_Action item_
Reproduce exactly the lines from the top of the records below through the line holding "v -1.7341 -94.1574 -0.9".
***
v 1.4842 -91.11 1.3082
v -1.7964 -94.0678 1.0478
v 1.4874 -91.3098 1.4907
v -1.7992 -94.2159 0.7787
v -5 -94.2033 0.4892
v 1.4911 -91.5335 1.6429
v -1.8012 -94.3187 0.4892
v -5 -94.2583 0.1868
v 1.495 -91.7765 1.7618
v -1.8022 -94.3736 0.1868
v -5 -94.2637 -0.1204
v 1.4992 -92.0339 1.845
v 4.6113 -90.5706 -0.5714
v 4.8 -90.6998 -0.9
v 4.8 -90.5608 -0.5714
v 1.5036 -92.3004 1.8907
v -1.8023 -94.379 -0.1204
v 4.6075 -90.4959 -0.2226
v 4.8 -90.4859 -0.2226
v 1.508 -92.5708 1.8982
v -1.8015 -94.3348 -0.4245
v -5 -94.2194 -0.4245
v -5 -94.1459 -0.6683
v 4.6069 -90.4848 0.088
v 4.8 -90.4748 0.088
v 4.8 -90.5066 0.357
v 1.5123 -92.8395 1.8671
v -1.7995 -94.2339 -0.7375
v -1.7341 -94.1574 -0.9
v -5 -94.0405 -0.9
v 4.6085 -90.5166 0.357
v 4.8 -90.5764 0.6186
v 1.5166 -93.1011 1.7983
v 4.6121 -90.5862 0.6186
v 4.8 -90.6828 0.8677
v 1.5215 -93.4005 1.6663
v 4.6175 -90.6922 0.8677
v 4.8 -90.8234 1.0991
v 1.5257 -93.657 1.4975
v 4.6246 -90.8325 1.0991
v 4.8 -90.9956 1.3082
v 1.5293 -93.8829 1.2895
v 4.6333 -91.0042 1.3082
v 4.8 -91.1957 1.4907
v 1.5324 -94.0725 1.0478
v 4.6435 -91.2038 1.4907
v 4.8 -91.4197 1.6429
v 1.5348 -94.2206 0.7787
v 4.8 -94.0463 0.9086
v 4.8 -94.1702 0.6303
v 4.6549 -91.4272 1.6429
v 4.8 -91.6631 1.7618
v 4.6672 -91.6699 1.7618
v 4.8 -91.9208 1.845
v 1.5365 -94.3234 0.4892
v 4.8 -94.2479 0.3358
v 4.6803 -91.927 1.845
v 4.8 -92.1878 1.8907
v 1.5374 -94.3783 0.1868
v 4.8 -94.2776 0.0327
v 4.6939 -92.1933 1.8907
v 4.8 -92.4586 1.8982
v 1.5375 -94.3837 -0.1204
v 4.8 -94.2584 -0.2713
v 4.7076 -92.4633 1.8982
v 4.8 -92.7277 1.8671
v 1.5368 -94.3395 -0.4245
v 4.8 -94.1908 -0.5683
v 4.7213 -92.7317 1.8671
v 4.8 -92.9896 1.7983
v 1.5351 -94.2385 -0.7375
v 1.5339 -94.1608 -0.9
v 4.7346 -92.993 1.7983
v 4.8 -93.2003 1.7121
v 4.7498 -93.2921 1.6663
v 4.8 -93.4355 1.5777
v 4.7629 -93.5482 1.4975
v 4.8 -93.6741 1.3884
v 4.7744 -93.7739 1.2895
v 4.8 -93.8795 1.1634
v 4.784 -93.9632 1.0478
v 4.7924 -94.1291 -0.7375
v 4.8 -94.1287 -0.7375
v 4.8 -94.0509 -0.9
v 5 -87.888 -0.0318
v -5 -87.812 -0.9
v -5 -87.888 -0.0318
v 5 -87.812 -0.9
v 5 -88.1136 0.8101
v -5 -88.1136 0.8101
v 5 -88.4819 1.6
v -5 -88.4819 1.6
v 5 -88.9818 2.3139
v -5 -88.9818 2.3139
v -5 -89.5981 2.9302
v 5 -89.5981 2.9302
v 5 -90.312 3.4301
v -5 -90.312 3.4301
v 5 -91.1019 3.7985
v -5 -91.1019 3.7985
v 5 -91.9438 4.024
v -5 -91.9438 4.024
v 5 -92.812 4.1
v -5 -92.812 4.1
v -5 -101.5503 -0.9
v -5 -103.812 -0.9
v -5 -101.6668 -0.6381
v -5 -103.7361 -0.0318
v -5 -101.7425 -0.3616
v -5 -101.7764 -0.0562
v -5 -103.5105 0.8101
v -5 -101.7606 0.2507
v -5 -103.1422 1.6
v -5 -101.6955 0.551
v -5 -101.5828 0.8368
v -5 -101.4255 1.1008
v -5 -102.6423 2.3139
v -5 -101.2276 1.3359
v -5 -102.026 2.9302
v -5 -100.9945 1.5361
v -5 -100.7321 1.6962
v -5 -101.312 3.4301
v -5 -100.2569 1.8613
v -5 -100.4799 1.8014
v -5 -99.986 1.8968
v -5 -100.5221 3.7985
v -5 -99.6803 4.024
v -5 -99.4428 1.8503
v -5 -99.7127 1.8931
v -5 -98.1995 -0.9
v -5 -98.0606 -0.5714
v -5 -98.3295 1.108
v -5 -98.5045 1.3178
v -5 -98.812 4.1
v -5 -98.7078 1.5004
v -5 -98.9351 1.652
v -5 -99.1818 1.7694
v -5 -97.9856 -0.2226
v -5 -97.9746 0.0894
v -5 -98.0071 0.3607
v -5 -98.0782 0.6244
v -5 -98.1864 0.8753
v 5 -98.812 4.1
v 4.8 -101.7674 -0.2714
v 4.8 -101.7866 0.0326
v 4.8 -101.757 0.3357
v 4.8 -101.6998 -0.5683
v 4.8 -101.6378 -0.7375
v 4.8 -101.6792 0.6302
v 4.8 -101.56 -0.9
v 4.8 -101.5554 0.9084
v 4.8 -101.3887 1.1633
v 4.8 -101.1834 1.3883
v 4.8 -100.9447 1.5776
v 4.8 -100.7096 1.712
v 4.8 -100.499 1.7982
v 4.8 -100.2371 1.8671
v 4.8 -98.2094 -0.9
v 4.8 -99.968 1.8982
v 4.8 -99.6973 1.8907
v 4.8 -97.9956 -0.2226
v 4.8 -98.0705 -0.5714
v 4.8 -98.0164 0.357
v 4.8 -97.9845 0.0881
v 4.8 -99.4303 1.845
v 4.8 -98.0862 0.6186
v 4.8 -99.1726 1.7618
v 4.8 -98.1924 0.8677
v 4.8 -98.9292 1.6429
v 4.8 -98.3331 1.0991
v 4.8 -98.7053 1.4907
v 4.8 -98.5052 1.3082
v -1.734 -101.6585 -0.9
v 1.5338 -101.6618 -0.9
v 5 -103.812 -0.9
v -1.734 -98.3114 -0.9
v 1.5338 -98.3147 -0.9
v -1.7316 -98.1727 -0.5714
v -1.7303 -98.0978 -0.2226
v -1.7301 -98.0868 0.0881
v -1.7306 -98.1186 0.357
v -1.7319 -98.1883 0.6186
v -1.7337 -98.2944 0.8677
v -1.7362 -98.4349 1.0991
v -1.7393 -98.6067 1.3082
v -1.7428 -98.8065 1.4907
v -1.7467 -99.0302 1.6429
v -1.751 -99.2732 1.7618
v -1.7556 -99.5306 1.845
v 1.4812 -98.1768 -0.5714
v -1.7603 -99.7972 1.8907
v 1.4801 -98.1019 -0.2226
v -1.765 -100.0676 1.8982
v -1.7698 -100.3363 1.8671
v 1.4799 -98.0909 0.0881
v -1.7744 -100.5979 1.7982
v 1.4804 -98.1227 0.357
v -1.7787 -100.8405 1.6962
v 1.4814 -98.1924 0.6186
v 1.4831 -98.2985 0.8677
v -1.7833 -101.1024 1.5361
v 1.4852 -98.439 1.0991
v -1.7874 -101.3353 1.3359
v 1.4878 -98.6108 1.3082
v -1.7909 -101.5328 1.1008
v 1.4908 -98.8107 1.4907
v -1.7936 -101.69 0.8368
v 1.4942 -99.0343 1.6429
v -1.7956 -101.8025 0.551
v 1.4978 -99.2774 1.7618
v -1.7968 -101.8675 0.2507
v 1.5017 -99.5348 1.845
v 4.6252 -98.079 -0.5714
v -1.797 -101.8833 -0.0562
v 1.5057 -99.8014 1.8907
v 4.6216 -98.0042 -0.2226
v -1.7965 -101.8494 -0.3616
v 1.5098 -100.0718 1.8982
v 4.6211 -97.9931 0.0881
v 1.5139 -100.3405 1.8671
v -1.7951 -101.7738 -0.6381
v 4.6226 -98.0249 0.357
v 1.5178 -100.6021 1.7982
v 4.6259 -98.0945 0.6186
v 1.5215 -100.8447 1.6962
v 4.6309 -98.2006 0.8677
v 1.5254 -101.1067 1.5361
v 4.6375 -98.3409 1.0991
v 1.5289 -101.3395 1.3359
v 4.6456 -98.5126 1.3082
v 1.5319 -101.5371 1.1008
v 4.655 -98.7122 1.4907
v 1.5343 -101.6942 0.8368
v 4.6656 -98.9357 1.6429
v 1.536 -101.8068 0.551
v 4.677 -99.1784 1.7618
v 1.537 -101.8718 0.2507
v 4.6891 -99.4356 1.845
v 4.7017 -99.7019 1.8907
***
_Result of this task_
v 1.4842 -91.11 1.3082
v -1.7964 -94.0678 1.0478
v 1.4874 -91.3098 1.4907
v -1.7992 -94.2159 0.7787
v -5 -94.2033 0.4892
v 1.4911 -91.5335 1.6429
v -1.8012 -94.3187 0.4892
v -5 -94.2583 0.1868
v 1.495 -91.7765 1.7618
v -1.8022 -94.3736 0.1868
v -5 -94.2637 -0.1204
v 1.4992 -92.0339 1.845
v 4.6113 -90.5706 -0.5714
v 4.8 -90.6998 -0.9
v 4.8 -90.5608 -0.5714
v 1.5036 -92.3004 1.8907
v -1.8023 -94.379 -0.1204
v 4.6075 -90.4959 -0.2226
v 4.8 -90.4859 -0.2226
v 1.508 -92.5708 1.8982
v -1.8015 -94.3348 -0.4245
v -5 -94.2194 -0.4245
v -5 -94.1459 -0.6683
v 4.6069 -90.4848 0.088
v 4.8 -90.4748 0.088
v 4.8 -90.5066 0.357
v 1.5123 -92.8395 1.8671
v -1.7995 -94.2339 -0.7375
v -1.7341 -94.1574 -0.9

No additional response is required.